Agora, em vez de substituir cada palavra por um número, iremos identificar as palavras como vetores em um espaço de n-dimensões.

O processo de Embedding é fazer como um conjunto de palavras ou palavras associadas formem vetores em um espaço multidimensional

Nesse semana de curso, será usado o dataset do IMDB, para podermos construir um classificador de críticas em relação a um filme.

In [1]:
#!pip install -q tensorflow-datasets

In [2]:
import tensorflow as tf
import tensorflow_datasets as tfds
import numpy as np
import pandas as pd
#print(tf.__version__)

In [3]:
imdb, info = tfds.load('imdb_reviews', with_info=True, as_supervised=True)

In [4]:
train_data, test_data = imdb['train'], imdb['test']

In [5]:
training_sentences = []
training_labels = []

testing_sentences = []
testing_labels = []

for l,s in train_data:
    training_sentences.append(str(s.numpy()))
    training_labels.append(l.numpy())


for l,s in test_data:
    testing_sentences.append(str(s.numpy()))
    testing_labels.append(l.numpy())

In [8]:
training_labels_final = np.array(training_labels)
testing_labels_final = np.array(testing_labels)

### Configurações:

In [22]:
vocab_size = 10000
embeding_dim = 16
max_lenght = 1000
trunc_type = 'post'
oov_tok = 'XXXXXX'

### Imports

In [16]:
from tensorflow.keras.preprocessing.text import Tokenizer
from tensorflow.keras.preprocessing.sequence import pad_sequences

In [17]:
tokenizer = Tokenizer(  num_words=vocab_size,
                        oov_token= oov_tok)

tokenizer.fit_on_texts(training_sentences)
word_index = tokenizer.word_index
sequences = tokenizer.texts_to_sequences(training_sentences)
padded = pad_sequences( sequences, 
                        maxlen=max_lenght,
                        truncating = trunc_type)

In [18]:
# Tokens do vocabulário no exame de teste.
testing_sequences = tokenizer.texts_to_sequences(testing_sentences)
testing_padded = pad_sequences( testing_sequences,
                                maxlen = max_lenght)

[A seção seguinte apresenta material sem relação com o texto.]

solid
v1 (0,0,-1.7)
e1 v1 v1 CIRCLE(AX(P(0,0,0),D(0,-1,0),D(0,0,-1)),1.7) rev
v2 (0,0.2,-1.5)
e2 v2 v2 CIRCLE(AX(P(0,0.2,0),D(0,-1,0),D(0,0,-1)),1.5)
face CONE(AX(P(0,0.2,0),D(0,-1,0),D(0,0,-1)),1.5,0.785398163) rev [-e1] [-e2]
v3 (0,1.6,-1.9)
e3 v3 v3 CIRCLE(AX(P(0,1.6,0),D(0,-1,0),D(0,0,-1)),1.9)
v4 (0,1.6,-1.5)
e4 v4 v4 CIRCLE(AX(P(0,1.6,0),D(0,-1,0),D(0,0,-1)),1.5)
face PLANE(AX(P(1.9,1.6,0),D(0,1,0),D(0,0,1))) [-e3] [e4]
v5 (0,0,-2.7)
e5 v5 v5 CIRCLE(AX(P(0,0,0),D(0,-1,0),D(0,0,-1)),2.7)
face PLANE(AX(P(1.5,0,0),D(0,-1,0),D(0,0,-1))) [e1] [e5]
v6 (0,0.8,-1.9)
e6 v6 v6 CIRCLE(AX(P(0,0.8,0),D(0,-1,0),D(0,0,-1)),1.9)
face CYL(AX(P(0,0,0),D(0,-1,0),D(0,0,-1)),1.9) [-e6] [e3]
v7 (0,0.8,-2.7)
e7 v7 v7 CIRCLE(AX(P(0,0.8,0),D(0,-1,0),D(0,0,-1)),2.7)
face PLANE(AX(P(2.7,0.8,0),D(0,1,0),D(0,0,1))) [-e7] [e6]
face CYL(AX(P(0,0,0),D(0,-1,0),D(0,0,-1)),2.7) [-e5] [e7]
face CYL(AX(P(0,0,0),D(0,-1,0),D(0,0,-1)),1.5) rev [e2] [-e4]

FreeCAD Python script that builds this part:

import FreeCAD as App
import Part
import Sketcher
from FreeCAD import Vector


def edges_at(feature, points):
    """Names of the edges that pass closest to the given points."""
    edges = feature.Shape.Edges
    near = lambda p: min(range(len(edges)), key=lambda i: edges[i].distToShape(Part.Vertex(*p))[0])
    return sorted({f"Edge{near(p) + 1}" for p in points})


def add_polygon(sketch, points):
    """Adds a closed chain of lines whose ends are joined by coincident constraints."""
    first, n = sketch.GeometryCount, len(points)
    for a, b in zip(points, points[1:] + points[:1]):
        sketch.addGeometry(Part.LineSegment(App.Vector(*a, 0), App.Vector(*b, 0)), False)
    for i in range(n):
        sketch.addConstraint(Sketcher.Constraint("Coincident", first + i, 2, first + (i + 1) % n, 1))

doc = App.newDocument("Part")
params = doc.addObject("Spreadsheet::Sheet", "Params")
for row, (alias, value) in enumerate([
    ("sketch1_width", "1.2 mm"),
    ("sketch1_width2", "0.8 mm"),
    ("revolution_angle", "360 deg"),
    ("chamfer_size", "0.2 mm"),
], start=1):
    params.set(f"A{row}", alias)
    params.set(f"B{row}", "=" + value)
    params.setAlias(f"B{row}", alias)

body = doc.addObject("PartDesign::Body", "Body")

# Sketch on XY plane
sketch1 = doc.addObject("Sketcher::SketchObject", "Sketch")
body.addObject(sketch1)
sketch1.AttachmentSupport = (doc.XY_Plane, [""])
sketch1.MapMode = "FlatFace"
add_polygon(sketch1, [(1.5, 0), (2.7, 0), (2.7, 0.8), (1.9, 0.8), (1.9, 1.6), (1.5, 1.6)])  # lines 0-5
sketch1.addConstraint([
    Sketcher.Constraint("Horizontal", 0),
    Sketcher.Constraint("Vertical", 1),
    Sketcher.Constraint("Horizontal", 2),
    Sketcher.Constraint("Vertical", 3),
    Sketcher.Constraint("Horizontal", 4),
    Sketcher.Constraint("Vertical", 5),
    Sketcher.Constraint("PointOnObject", 0, 2, -1),
    Sketcher.Constraint("Equal", 2, 1),
    Sketcher.Constraint("Equal", 1, 3),
    Sketcher.Constraint("DistanceX", 0, 1, 0, 2, 1.2),
    Sketcher.Constraint("DistanceX", 2, 2, 2, 1, 0.8),
    Sketcher.Constraint("DistanceX", -1, 1, 0, 2, 2.7),
])
sketch1.setExpression("Constraints[15]", "Params.sketch1_width")
sketch1.setExpression("Constraints[16]", "Params.sketch1_width2")
revolution = doc.addObject("PartDesign::Revolution", "Revolution")
body.addObject(revolution)
revolution.Profile = sketch1
revolution.ReferenceAxis = (sketch1, ["V_Axis"])
revolution.setExpression("Angle", "Params.revolution_angle")
doc.recompute()

chamfer = doc.addObject("PartDesign::Chamfer", "Chamfer")
body.addObject(chamfer)
chamfer.Base = (revolution, edges_at(revolution, [(-1.5, 0, 0)]))
chamfer.setExpression("Size", "Params.chamfer_size")

doc.recompute()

### Definindo a Rede Neural

Model 1

In [23]:
model = tf.keras.Sequential([
    tf.keras.layers.Embedding(vocab_size, embeding_dim, input_length = max_lenght), # Aqui é onde a magia realmente acontece
    tf.keras.layers.Flatten(),
    tf.keras.layers.Dense(6, activation = 'relu'),
    tf.keras.layers.Dense(1, activation = 'sigmoid')
])

In [30]:
model.compile(  loss = 'binary_crossentropy',
                optimizer = 'adam',
                metrics = ['accuracy'])

In [31]:
model.summary()

Model: "sequential"
_________________________________________________________________
 Layer (type)                Output Shape              Param #   
 embedding (Embedding)       (None, 1000, 16)          160000    
                                                                 
 flatten (Flatten)           (None, 16000)             0         
                                                                 
 dense (Dense)               (None, 6)                 96006     
                                                                 
 dense_1 (Dense)             (None, 1)                 7         
                                                                 
Total params: 256,013
Trainable params: 256,013
Non-trainable params: 0
_________________________________________________________________


Model 2

In [26]:
model_2 = tf.keras.Sequential([
    tf.keras.layers.Embedding(vocab_size, embeding_dim, input_length = max_lenght), # Aqui é onde a magia realmente acontece
    tf.keras.layers.GlobalAveragePooling1D(),
    tf.keras.layers.Dense(6, activation = 'relu'),
    tf.keras.layers.Dense(1, activation = 'sigmoid')
])

In [40]:
model_2.compile(loss = 'binary_crossentropy',
                optimizer = 'adam',
                metrics = ['accuracy'])

In [41]:
model_2.summary()

Model: "sequential_1"
_________________________________________________________________
 Layer (type)                Output Shape              Param #   
 embedding_1 (Embedding)     (None, 1000, 16)          160000    
                                                                 
 global_average_pooling1d (G  (None, 16)               0         
 lobalAveragePooling1D)                                          
                                                                 
 dense_2 (Dense)             (None, 6)                 102       
                                                                 
 dense_3 (Dense)             (None, 1)                 7         
                                                                 
Total params: 160,109
Trainable params: 160,109
Non-trainable params: 0
_________________________________________________________________


### Treino e teste

Model 1

In [32]:
num_epochs = 10

In [44]:
model.fit(  padded,
            training_labels_final,
            epochs = num_epochs,
            validation_data = (testing_padded, testing_labels_final))

Epoch 1/10


UnimplementedError:  Cast string to float is not supported
	 [[node binary_crossentropy/Cast
 (defined at c:\estudo_python\NLP\curso_nlp\lib\site-packages\keras\losses.py:1797)
]] [Op:__inference_train_function_101066]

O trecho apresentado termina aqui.